Message event stream benefits

Here comes a final part of this post. Maybe the most important one.

Not only mass client re-connections could create a significant load on a session backend but also a huge load on your main application database. Why? Because WebSocket applications are stateful. Clients rely on a stream of messages coming from a backend to maintain its state actual. As soon as connection dropped client tries to reconnect. In some scenarios it also wants to restore its actual state. What if client reconnected after 3 seconds? How many state updates it could miss? Nobody knows. So to make sure state is actual client tries to get it from application database. This is again a significant spike in load on your main database in massive reconnect scenario. In can be really painful with many active connections.

So what I think is nice to have for scenarios where we can't afford to miss messages (like in chat-like apps for example) is having effective and performant stream of messages inside each channel. Keep this stream in fast in-memory storage. This stream can have time retention and be limited in size (think about it as a sliding window of messages). I already mentioned that Redis can do this – it's possible to keep messages in Redis List or Redis Stream data structures. Other broker solutions could give you access to such a stream inside each channel out of the box.

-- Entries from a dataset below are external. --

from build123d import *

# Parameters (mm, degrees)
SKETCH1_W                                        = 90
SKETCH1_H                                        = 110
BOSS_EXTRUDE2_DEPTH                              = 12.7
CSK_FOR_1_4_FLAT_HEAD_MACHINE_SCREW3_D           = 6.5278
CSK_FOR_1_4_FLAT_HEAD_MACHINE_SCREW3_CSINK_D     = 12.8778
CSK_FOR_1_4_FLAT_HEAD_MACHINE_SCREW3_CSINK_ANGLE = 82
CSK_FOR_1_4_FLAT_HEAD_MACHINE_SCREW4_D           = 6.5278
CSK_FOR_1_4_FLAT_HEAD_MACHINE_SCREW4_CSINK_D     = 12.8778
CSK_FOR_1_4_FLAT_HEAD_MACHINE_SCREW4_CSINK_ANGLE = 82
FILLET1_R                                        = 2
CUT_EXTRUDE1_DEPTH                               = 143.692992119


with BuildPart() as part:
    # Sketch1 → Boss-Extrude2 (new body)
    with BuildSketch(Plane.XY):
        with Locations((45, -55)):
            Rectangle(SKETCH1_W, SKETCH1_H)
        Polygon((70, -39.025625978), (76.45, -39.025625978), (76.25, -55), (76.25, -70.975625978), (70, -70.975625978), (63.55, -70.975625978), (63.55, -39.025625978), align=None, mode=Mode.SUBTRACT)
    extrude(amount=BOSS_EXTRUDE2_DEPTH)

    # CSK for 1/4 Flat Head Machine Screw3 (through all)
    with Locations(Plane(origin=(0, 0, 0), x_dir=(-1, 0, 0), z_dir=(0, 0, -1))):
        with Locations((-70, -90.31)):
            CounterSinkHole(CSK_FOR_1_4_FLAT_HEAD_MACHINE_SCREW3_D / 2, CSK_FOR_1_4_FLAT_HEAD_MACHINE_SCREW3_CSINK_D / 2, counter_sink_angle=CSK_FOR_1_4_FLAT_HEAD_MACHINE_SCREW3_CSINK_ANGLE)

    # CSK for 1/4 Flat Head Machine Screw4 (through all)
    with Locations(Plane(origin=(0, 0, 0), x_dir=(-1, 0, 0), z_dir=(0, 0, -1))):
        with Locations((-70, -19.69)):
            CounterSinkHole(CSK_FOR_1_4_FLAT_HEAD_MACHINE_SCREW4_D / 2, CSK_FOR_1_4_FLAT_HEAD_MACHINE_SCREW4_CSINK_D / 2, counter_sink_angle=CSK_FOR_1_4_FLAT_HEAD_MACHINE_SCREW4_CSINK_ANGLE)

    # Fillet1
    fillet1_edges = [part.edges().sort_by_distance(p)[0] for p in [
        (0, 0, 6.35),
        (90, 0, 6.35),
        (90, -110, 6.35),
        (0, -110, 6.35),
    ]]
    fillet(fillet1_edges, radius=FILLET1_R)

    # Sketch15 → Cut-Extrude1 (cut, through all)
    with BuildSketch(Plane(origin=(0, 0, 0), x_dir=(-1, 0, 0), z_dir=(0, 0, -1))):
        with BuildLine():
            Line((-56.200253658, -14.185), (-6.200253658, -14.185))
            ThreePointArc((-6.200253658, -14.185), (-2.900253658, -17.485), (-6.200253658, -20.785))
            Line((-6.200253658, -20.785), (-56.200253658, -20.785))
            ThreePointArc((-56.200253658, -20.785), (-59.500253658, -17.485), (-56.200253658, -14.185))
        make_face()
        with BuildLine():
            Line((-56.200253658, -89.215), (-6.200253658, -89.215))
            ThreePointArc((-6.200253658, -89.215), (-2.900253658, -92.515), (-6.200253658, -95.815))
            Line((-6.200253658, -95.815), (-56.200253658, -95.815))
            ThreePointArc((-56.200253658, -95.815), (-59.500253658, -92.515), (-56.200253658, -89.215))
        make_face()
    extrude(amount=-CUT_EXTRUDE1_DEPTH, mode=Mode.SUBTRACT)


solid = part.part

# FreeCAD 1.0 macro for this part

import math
import FreeCAD as App
import Part
import Sketcher
from FreeCAD import Vector


def edges_at(feature, points):
    """Names of the edges that pass closest to the given points."""
    edges = feature.Shape.Edges
    near = lambda p: min(range(len(edges)), key=lambda i: edges[i].distToShape(Part.Vertex(*p))[0])
    return sorted({f"Edge{near(p) + 1}" for p in points})


def add_polygon(sketch, points):
    """Adds a closed chain of lines whose ends are joined by coincident constraints."""
    first, n = sketch.GeometryCount, len(points)
    for a, b in zip(points, points[1:] + points[:1]):
        sketch.addGeometry(Part.LineSegment(App.Vector(*a, 0), App.Vector(*b, 0)), False)
    for i in range(n):
        sketch.addConstraint(Sketcher.Constraint("Coincident", first + i, 2, first + (i + 1) % n, 1))

doc = App.newDocument("Part")
body = doc.addObject("PartDesign::Body", "Body")

# Sketch on XY plane
sketch1 = doc.addObject("Sketcher::SketchObject", "Sketch")
body.addObject(sketch1)
sketch1.AttachmentSupport = (doc.XY_Plane, [""])
sketch1.MapMode = "FlatFace"
add_polygon(sketch1, [(0, 0), (0, -110), (90, -110), (90, 0)])  # lines 0-3
add_polygon(sketch1, [(64, -39), (76, -39), (76, -55), (76, -71), (64, -71)])  # lines 4-8
sketch1.addConstraint([
    Sketcher.Constraint("Vertical", 0),
    Sketcher.Constraint("Horizontal", 1),
    Sketcher.Constraint("Vertical", 2),
    Sketcher.Constraint("Horizontal", 3),
    Sketcher.Constraint("Horizontal", 4),
    Sketcher.Constraint("Vertical", 6),
    Sketcher.Constraint("Horizontal", 7),
    Sketcher.Constraint("Vertical", 8),
    Sketcher.Constraint("Coincident", 3, 2, -1, 1),
    Sketcher.Constraint("DistanceX", 1, 1, 1, 2, 90.0),
    Sketcher.Constraint("DistanceY", 0, 2, 0, 1, 110.0),
    Sketcher.Constraint("DistanceX", 4, 1, 4, 2, 12.9),
    Sketcher.Constraint("DistanceX", 7, 2, 7, 1, 12.7),
    Sketcher.Constraint("DistanceY", 5, 2, -1, 1, 55.0),
    Sketcher.Constraint("DistanceY", 8, 1, 8, 2, 31.95),
    Sketcher.Constraint("DistanceX", -1, 1, 4, 2, 76.45),
    Sketcher.Constraint("DistanceY", 6, 2, 6, 1, 15.975626),
])
pad1 = doc.addObject("PartDesign::Pad", "Pad")
body.addObject(pad1)
pad1.Profile = sketch1
pad1.Length = 12.7

# Sketch on XY plane
sketch2 = doc.addObject("Sketcher::SketchObject", "Sketch001")
body.addObject(sketch2)
sketch2.AttachmentSupport = (doc.XY_Plane, [""])
sketch2.MapMode = "FlatFace"
sketch2.addGeometry(Part.Circle(Vector(70, -90.3, 0), Vector(0, 0, 1), 3.3), False)
sketch2.addConstraint([
    Sketcher.Constraint("DistanceX", -1, 1, 0, 3, 70.0),
    Sketcher.Constraint("Diameter", 0, 6.5278),
    Sketcher.Constraint("DistanceY", 0, 3, -1, 1, 90.31),
])
doc.recompute()
hole = doc.addObject("PartDesign::Hole", "Hole")
body.addObject(hole)
hole.Profile = sketch2
hole.ThreadType = "None"
hole.Diameter = 6.5278
hole.DepthType = "ThroughAll"
hole.HoleCutType = "Countersink"
hole.HoleCutDiameter = 12.8778
hole.HoleCutCountersinkAngle = 82
hole.Reversed = True

# Sketch on XY plane
sketch3 = doc.addObject("Sketcher::SketchObject", "Sketch002")
body.addObject(sketch3)
sketch3.AttachmentSupport = (doc.XY_Plane, [""])
sketch3.MapMode = "FlatFace"
sketch3.addGeometry(Part.Circle(Vector(70, -19.7, 0), Vector(0, 0, 1), 3.3), False)
sketch3.addConstraint([
    Sketcher.Constraint("DistanceX", -1, 1, 0, 3, 70.0),
    Sketcher.Constraint("Diameter", 0, 6.5278),
    Sketcher.Constraint("DistanceY", 0, 3, -1, 1, 19.69),
])
doc.recompute()
hole2 = doc.addObject("PartDesign::Hole", "Hole001")
body.addObject(hole2)
hole2.Profile = sketch3
hole2.ThreadType = "None"
hole2.Diameter = 6.5278
hole2.DepthType = "ThroughAll"
hole2.HoleCutType = "Countersink"
hole2.HoleCutDiameter = 12.8778
hole2.HoleCutCountersinkAngle = 82
hole2.Reversed = True
doc.recompute()

fillet = doc.addObject("PartDesign::Fillet", "Fillet")
body.addObject(fillet)
fillet.Base = (hole2, edges_at(hole2, [
    (0, 0, 6.35),
    (90, 0, 6.35),
    (90, -110, 6.35),
    (0, -110, 6.35),
]))
fillet.Radius = 2

# Sketch on XY plane
sketch4 = doc.addObject("Sketcher::SketchObject", "Sketch003")
body.addObject(sketch4)
sketch4.AttachmentSupport = (doc.XY_Plane, [""])
sketch4.MapMode = "FlatFace"
sketch4.addGeometry([
    Part.LineSegment(Vector(6.2, -14.2, 0), Vector(56.2, -14.2, 0)),  # 0
    Part.ArcOfCircle(Part.Circle(Vector(56.2, -17.5, 0), Vector(0, 0, 1), 3.3), math.radians(-90), math.radians(90)),  # 1
    Part.LineSegment(Vector(56.2, -20.8, 0), Vector(6.2, -20.8, 0)),  # 2
    Part.ArcOfCircle(Part.Circle(Vector(6.2, -17.5, 0), Vector(0, 0, 1), 3.3), math.radians(90), math.radians(270)),  # 3
    Part.LineSegment(Vector(6.2, -89.2, 0), Vector(56.2, -89.2, 0)),  # 4
    Part.ArcOfCircle(Part.Circle(Vector(56.2, -92.5, 0), Vector(0, 0, 1), 3.3), math.radians(-90), math.radians(90)),  # 5
    Part.LineSegment(Vector(56.2, -95.8, 0), Vector(6.2, -95.8, 0)),  # 6
    Part.ArcOfCircle(Part.Circle(Vector(6.2, -92.5, 0), Vector(0, 0, 1), 3.3), math.radians(90), math.radians(270)),  # 7
], False)
sketch4.addConstraint([
    Sketcher.Constraint("Tangent", 0, 2, 1, 2),
    Sketcher.Constraint("Tangent", 1, 1, 2, 1),
    Sketcher.Constraint("Tangent", 2, 2, 3, 2),
    Sketcher.Constraint("Tangent", 3, 1, 0, 1),
    Sketcher.Constraint("Tangent", 4, 2, 5, 2),
    Sketcher.Constraint("Tangent", 5, 1, 6, 1),
    Sketcher.Constraint("Tangent", 6, 2, 7, 2),
    Sketcher.Constraint("Tangent", 7, 1, 4, 1),
    Sketcher.Constraint("Horizontal", 0),
    Sketcher.Constraint("Horizontal", 2),
    Sketcher.Constraint("Horizontal", 4),
    Sketcher.Constraint("Horizontal", 6),
    Sketcher.Constraint("Equal", 3, 5),
    Sketcher.Constraint("Vertical", 1, 3, 5, 3),
    Sketcher.Constraint("Vertical", 3, 3, 7, 3),
    Sketcher.Constraint("Radius", 1, 3.3),
    Sketcher.Constraint("DistanceX", 0, 1, 0, 2, 50.0),
    Sketcher.Constraint("DistanceY", 5, 3, 1, 3, 75.03),
    Sketcher.Constraint("DistanceY", 1, 3, -1, 1, 17.485),
    Sketcher.Constraint("DistanceX", -1, 1, 1, 3, 56.200254),
])
pocket1 = doc.addObject("PartDesign::Pocket", "Pocket")
body.addObject(pocket1)
pocket1.Profile = sketch4
pocket1.Type = "ThroughAll"
pocket1.Reversed = True

doc.recompute()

So as soon as client reconnects it can restore its state from fast in-memory event stream without even querying your database. Actually to survive mass reconnect scenario you don't need to keep such a stream for a long time – several minutes should be enough. You can even create your own Websocket fallback implementation (like Long-Polling) utilizing event stream with limited retention.

Conclusion

Hope advices given here will be useful for a reader and will help writing a more robust and more scalable real-time application backends.

Centrifugo server and Centrifuge library for Go language have most of the mechanics described here including the last one – message stream for topics limited by size and retention period. Both also have techniques to prevent message loss due to at most once nature of Redis PUB/SUB giving at least once delivery guarantee inside message history window size and retention period.